Excerpted data:

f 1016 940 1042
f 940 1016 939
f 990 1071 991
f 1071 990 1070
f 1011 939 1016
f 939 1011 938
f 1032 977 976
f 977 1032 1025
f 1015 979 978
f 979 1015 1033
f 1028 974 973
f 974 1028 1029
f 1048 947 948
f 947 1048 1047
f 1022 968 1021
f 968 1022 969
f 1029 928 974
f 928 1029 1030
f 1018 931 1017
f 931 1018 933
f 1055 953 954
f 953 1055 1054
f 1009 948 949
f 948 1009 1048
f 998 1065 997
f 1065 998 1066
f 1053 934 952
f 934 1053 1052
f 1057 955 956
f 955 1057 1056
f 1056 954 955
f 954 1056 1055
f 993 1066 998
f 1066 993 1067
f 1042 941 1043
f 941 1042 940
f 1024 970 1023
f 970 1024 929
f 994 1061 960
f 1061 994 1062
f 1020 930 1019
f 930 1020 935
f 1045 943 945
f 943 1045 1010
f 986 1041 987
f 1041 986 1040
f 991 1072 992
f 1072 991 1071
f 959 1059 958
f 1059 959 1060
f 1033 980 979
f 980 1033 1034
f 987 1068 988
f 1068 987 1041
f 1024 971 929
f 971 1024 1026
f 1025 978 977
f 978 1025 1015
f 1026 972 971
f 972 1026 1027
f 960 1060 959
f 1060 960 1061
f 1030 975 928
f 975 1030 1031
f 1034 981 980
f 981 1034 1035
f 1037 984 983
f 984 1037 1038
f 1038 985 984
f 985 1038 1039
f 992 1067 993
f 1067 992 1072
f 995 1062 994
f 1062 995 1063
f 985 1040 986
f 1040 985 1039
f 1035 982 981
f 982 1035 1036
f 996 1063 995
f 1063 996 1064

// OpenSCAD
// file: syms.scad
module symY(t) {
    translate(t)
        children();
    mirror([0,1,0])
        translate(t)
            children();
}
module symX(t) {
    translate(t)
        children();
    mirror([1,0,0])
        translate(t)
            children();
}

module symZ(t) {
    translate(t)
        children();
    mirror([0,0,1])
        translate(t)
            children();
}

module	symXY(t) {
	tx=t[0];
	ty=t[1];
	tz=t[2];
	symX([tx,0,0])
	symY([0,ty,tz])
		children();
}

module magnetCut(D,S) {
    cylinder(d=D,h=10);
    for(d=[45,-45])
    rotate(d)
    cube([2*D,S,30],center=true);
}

Problem:
Please write out the whole listing exactly as given.

Answer to the exercise:
f 1016 940 1042
f 940 1016 939
f 990 1071 991
f 1071 990 1070
f 1011 939 1016
f 939 1011 938
f 1032 977 976
f 977 1032 1025
f 1015 979 978
f 979 1015 1033
f 1028 974 973
f 974 1028 1029
f 1048 947 948
f 947 1048 1047
f 1022 968 1021
f 968 1022 969
f 1029 928 974
f 928 1029 1030
f 1018 931 1017
f 931 1018 933
f 1055 953 954
f 953 1055 1054
f 1009 948 949
f 948 1009 1048
f 998 1065 997
f 1065 998 1066
f 1053 934 952
f 934 1053 1052
f 1057 955 956
f 955 1057 1056
f 1056 954 955
f 954 1056 1055
f 993 1066 998
f 1066 993 1067
f 1042 941 1043
f 941 1042 940
f 1024 970 1023
f 970 1024 929
f 994 1061 960
f 1061 994 1062
f 1020 930 1019
f 930 1020 935
f 1045 943 945
f 943 1045 1010
f 986 1041 987
f 1041 986 1040
f 991 1072 992
f 1072 991 1071
f 959 1059 958
f 1059 959 1060
f 1033 980 979
f 980 1033 1034
f 987 1068 988
f 1068 987 1041
f 1024 971 929
f 971 1024 1026
f 1025 978 977
f 978 1025 1015
f 1026 972 971
f 972 1026 1027
f 960 1060 959
f 1060 960 1061
f 1030 975 928
f 975 1030 1031
f 1034 981 980
f 981 1034 1035
f 1037 984 983
f 984 1037 1038
f 1038 985 984
f 985 1038 1039
f 992 1067 993
f 1067 992 1072
f 995 1062 994
f 1062 995 1063
f 985 1040 986
f 1040 985 1039
f 1035 982 981
f 982 1035 1036
f 996 1063 995
f 1063 996 1064

// OpenSCAD
// file: syms.scad
module symY(t) {
    translate(t)
        children();
    mirror([0,1,0])
        translate(t)
            children();
}
module symX(t) {
    translate(t)
        children();
    mirror([1,0,0])
        translate(t)
            children();
}

module symZ(t) {
    translate(t)
        children();
    mirror([0,0,1])
        translate(t)
            children();
}

module	symXY(t) {
	tx=t[0];
	ty=t[1];
	tz=t[2];
	symX([tx,0,0])
	symY([0,ty,tz])
		children();
}

module magnetCut(D,S) {
    cylinder(d=D,h=10);
    for(d=[45,-45])
    rotate(d)
    cube([2*D,S,30],center=true);
}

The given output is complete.